ACCESSING PRIVILEGED OBJECTS IN A SERVER ENVIRONMENT

摘要

Accessing privileged objects in a server environment. A privileged object is associated with an application comprising at least one process resource and a corresponding semi-privileged instruction. The association is filed in an entity of an operating system kernel. A central processing unit (CPU) performs an authorization check if the semi-privileged instruction is issued and attempts to access the privileged object. The CPU executes the semi-privileged instruction and grants access to the privileged object if the operating system kernel has issued the semi-privileged instruction; or accesses the entity if a process resource of the application has issued the semi-privileged instruction to determine authorization of the process resource to access the privileged object.

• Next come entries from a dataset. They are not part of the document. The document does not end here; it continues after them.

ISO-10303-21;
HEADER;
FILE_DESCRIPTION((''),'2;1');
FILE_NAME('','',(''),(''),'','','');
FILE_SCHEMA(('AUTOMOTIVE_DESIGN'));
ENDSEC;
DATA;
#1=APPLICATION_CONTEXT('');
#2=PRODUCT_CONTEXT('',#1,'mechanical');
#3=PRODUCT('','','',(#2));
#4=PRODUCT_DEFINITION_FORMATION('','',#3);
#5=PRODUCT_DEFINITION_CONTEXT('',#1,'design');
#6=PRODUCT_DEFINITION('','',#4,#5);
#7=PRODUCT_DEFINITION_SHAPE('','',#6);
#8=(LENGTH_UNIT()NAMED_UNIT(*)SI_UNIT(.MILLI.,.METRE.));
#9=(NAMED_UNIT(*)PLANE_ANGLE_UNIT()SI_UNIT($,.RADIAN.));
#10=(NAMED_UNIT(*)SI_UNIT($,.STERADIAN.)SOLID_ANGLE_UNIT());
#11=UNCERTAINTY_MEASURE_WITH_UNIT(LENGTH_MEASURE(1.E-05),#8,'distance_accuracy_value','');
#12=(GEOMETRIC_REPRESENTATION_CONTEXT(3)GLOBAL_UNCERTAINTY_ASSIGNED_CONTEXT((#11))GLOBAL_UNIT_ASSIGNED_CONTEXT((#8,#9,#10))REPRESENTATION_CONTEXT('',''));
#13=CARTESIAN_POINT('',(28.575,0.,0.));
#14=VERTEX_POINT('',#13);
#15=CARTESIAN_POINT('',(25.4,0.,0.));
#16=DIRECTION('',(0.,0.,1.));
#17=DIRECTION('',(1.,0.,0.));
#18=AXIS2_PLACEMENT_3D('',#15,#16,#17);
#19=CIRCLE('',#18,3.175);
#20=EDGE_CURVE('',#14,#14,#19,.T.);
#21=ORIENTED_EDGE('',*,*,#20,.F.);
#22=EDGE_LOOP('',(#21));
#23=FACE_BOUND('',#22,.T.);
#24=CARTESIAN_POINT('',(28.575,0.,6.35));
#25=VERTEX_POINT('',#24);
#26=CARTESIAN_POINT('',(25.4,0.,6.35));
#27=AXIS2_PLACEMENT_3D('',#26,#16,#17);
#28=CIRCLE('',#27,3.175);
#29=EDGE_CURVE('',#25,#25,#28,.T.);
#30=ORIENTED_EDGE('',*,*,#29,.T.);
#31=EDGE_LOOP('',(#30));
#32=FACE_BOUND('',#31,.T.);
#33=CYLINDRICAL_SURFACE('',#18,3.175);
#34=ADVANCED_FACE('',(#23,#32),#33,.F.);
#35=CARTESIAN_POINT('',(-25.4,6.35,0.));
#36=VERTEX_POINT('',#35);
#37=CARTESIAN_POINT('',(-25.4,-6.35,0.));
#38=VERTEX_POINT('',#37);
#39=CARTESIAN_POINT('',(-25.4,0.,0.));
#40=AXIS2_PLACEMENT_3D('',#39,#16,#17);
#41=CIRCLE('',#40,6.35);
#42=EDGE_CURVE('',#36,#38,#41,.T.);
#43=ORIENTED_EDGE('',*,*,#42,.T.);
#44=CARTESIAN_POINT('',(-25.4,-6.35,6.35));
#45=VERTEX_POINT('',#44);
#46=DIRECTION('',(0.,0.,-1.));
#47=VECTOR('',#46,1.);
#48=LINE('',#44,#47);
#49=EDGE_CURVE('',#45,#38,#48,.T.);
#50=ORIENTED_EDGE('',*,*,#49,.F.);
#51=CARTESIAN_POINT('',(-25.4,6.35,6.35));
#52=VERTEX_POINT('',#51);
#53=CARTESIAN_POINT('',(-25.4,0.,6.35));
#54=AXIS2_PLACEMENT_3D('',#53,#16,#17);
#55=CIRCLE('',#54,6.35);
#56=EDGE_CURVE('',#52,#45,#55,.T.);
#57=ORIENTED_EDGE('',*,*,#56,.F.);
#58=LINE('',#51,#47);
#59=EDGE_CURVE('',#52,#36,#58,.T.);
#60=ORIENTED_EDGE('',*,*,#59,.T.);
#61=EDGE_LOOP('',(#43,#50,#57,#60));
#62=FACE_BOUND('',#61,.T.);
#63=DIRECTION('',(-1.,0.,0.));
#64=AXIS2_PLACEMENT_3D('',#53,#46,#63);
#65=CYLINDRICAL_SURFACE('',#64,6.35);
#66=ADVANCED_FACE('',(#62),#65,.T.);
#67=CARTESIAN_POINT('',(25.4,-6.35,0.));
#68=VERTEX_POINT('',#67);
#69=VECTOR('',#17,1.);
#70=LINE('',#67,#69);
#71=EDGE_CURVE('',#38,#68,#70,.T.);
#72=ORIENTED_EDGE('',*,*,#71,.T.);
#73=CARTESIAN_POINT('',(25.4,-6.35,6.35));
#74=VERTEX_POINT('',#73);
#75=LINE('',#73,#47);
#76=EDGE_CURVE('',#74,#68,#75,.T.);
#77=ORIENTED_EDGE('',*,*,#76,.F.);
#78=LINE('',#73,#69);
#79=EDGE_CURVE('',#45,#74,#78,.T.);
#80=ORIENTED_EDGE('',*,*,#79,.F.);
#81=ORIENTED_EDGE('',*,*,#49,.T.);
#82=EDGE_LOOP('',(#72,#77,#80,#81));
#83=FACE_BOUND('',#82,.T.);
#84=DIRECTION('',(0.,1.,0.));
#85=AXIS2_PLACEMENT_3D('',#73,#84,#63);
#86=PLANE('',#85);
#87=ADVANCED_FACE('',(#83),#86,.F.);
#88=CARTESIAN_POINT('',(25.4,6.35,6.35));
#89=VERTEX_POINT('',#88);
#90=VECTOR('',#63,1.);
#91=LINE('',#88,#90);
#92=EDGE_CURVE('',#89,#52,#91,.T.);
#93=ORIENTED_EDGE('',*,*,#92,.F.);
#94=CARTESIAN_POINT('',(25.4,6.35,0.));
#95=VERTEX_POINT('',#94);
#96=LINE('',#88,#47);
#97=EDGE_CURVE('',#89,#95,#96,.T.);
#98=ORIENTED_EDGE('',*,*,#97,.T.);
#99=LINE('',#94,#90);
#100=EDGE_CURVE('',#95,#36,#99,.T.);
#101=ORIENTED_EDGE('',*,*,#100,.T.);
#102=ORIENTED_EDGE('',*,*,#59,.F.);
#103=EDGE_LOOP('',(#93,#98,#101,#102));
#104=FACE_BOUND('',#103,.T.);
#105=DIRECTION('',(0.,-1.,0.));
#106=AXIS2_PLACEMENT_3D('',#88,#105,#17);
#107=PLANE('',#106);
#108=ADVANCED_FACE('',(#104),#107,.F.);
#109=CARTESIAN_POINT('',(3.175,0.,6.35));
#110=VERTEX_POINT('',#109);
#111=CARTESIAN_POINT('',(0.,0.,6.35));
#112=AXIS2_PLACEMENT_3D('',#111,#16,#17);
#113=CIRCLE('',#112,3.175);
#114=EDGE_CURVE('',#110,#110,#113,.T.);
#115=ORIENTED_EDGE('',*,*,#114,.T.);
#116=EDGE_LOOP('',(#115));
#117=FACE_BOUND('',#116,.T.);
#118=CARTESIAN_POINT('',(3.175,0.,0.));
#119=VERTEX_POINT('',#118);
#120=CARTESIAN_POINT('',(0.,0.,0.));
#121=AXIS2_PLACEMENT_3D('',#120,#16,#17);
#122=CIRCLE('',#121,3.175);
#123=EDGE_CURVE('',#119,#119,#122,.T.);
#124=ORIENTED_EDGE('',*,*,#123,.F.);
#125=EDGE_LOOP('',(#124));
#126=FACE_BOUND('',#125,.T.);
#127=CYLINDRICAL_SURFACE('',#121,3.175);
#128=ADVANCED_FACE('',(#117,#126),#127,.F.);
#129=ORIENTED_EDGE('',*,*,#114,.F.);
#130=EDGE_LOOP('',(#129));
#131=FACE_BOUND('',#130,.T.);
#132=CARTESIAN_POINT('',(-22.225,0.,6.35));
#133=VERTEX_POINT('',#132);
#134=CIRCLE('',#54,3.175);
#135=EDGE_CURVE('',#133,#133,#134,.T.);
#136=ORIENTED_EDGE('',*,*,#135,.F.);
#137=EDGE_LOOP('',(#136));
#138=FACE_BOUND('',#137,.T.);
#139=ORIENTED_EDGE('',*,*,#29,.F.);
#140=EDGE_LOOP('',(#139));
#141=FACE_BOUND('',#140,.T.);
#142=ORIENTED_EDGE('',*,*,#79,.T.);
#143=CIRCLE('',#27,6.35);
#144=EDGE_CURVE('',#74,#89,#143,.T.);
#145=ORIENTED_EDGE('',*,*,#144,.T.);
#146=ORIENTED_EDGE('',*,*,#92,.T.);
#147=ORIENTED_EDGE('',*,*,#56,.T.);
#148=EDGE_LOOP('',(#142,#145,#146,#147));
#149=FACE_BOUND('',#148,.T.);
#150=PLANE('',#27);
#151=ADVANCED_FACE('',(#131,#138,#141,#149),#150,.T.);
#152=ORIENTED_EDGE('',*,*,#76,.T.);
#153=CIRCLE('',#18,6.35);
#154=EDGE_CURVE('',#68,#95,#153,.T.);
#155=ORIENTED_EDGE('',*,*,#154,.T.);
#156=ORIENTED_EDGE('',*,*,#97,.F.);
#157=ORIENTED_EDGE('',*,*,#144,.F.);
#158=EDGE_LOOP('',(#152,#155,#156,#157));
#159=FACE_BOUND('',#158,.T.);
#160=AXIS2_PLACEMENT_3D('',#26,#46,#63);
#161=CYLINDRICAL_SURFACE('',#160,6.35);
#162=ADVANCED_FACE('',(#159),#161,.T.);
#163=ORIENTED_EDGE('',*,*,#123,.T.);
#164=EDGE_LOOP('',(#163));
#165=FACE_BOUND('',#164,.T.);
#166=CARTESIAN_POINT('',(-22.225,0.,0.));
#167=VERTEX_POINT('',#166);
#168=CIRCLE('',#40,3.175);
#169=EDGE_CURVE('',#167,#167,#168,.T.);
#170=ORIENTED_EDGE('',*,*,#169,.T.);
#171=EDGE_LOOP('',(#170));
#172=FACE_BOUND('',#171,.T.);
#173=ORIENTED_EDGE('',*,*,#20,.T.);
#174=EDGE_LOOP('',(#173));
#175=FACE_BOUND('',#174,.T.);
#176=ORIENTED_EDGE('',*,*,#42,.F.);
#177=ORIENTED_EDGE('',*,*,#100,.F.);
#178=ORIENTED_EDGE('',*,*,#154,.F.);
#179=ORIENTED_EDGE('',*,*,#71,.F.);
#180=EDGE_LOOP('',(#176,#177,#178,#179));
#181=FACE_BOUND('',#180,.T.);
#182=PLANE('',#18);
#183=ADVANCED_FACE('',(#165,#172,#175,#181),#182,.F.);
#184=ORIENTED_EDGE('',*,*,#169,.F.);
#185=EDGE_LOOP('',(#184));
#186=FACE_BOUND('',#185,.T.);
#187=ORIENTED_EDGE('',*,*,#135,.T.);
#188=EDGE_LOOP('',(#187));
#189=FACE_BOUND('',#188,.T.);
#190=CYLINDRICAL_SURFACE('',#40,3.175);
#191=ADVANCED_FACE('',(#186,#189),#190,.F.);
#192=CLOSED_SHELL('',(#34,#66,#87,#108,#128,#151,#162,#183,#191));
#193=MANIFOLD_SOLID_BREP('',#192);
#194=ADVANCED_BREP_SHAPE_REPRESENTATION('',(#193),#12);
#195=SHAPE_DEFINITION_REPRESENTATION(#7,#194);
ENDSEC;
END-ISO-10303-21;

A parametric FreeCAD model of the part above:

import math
import FreeCAD as App
import Part
import Sketcher
from FreeCAD import Vector
Q = App.Units.Quantity

doc = App.newDocument("Part")
body = doc.addObject("PartDesign::Body", "Body")

# Sketch on XY plane
sketch1 = body.newObject("Sketcher::SketchObject", "Sketch")
sketch1.AttachmentSupport = (doc.getObject("XY_Plane"), [""])
sketch1.MapMode = "FlatFace"
sketch1.addGeometry(Part.LineSegment(Vector(-25.4, -6.35, 0), Vector(25.4, -6.35, 0)), False)
sketch1.addGeometry(Part.ArcOfCircle(Part.Circle(Vector(25.4, 0, 0), Vector(0, 0, 1), 6.35), math.radians(-90), math.radians(90)), False)
sketch1.addGeometry(Part.LineSegment(Vector(25.4, 6.35, 0), Vector(-25.4, 6.35, 0)), False)
sketch1.addGeometry(Part.ArcOfCircle(Part.Circle(Vector(-25.4, 0, 0), Vector(0, 0, 1), 6.35), math.radians(90), math.radians(270)), False)
sketch1.addConstraint(Sketcher.Constraint("Tangent", 0, 2, 1, 1))
sketch1.addConstraint(Sketcher.Constraint("Tangent", 1, 2, 2, 1))
sketch1.addConstraint(Sketcher.Constraint("Tangent", 2, 2, 3, 1))
sketch1.addConstraint(Sketcher.Constraint("Tangent", 3, 2, 0, 1))
sketch1.addConstraint(Sketcher.Constraint("Horizontal", 0))
sketch1.addConstraint(Sketcher.Constraint("Horizontal", 2))
sketch1.addConstraint(Sketcher.Constraint("Symmetric", 1, 3, 3, 3, -1, 1))
sketch1.addConstraint(Sketcher.Constraint("DistanceX", 0, 1, 0, 2, Q("2 in")))
sketch1.addConstraint(Sketcher.Constraint("Radius", 1, Q("0.25 in")))
pad1 = body.newObject("PartDesign::Pad", "Pad")
pad1.Profile = sketch1
pad1.Length = Q("0.25 in")

# Sketch on XY plane
sketch2 = body.newObject("Sketcher::SketchObject", "Sketch001")
sketch2.AttachmentSupport = (doc.getObject("XY_Plane"), [""])
sketch2.MapMode = "FlatFace"
sketch2.AttachmentOffset = App.Placement(Vector(0, 0, 0.25 * 25.4), App.Rotation())
sketch2.addGeometry(Part.Circle(Vector(-25.4, 0, 0), Vector(0, 0, 1), 3.175), False)
sketch2.addGeometry(Part.Circle(Vector(0, 0, 0), Vector(0, 0, 1), 3.175), False)
sketch2.addGeometry(Part.Circle(Vector(25.4, 0, 0), Vector(0, 0, 1), 3.175), False)
sketch2.addConstraint(Sketcher.Constraint("Coincident", 1, 3, -1, 1))
sketch2.addConstraint(Sketcher.Constraint("Equal", 0, 1))
sketch2.addConstraint(Sketcher.Constraint("Equal", 1, 2))
sketch2.addConstraint(Sketcher.Constraint("Symmetric", 0, 3, 2, 3, -1, 1))
sketch2.addConstraint(Sketcher.Constraint("PointOnObject", 0, 3, -1))
sketch2.addConstraint(Sketcher.Constraint("Diameter", 0, Q("0.25 in")))
sketch2.addConstraint(Sketcher.Constraint("DistanceX", 0, 3, -1, 1, Q("1 in")))
pocket1 = body.newObject("PartDesign::Pocket", "Pocket")
pocket1.Profile = sketch2
pocket1.Type = "ThroughAll"

doc.recompute()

Upon positive authorization the CPU executes the semi-privileged instruction and grants access to the privileged object, and upon authorization failure denies execution of the semi-privileged instruction and performs a corresponding authorization check failure handling.

主权项

1. A computer-implement method of accessing privileged objects in a server environment, the method comprising:
associating one or more privileged objects with an application, the application comprising at least one process resource and a corresponding semi-privileged instruction, the associating providing an association; filing the association in an entity of an operating system kernel; based on the semi-privileged instruction being issued by a process resource of the at least one process resource and attempting to access the privileged object, performing an authorization check, the authorization check comprising accessing the entity to determine authorization of the process resource to access a privileged object; and performing processing based on performing the authorization check.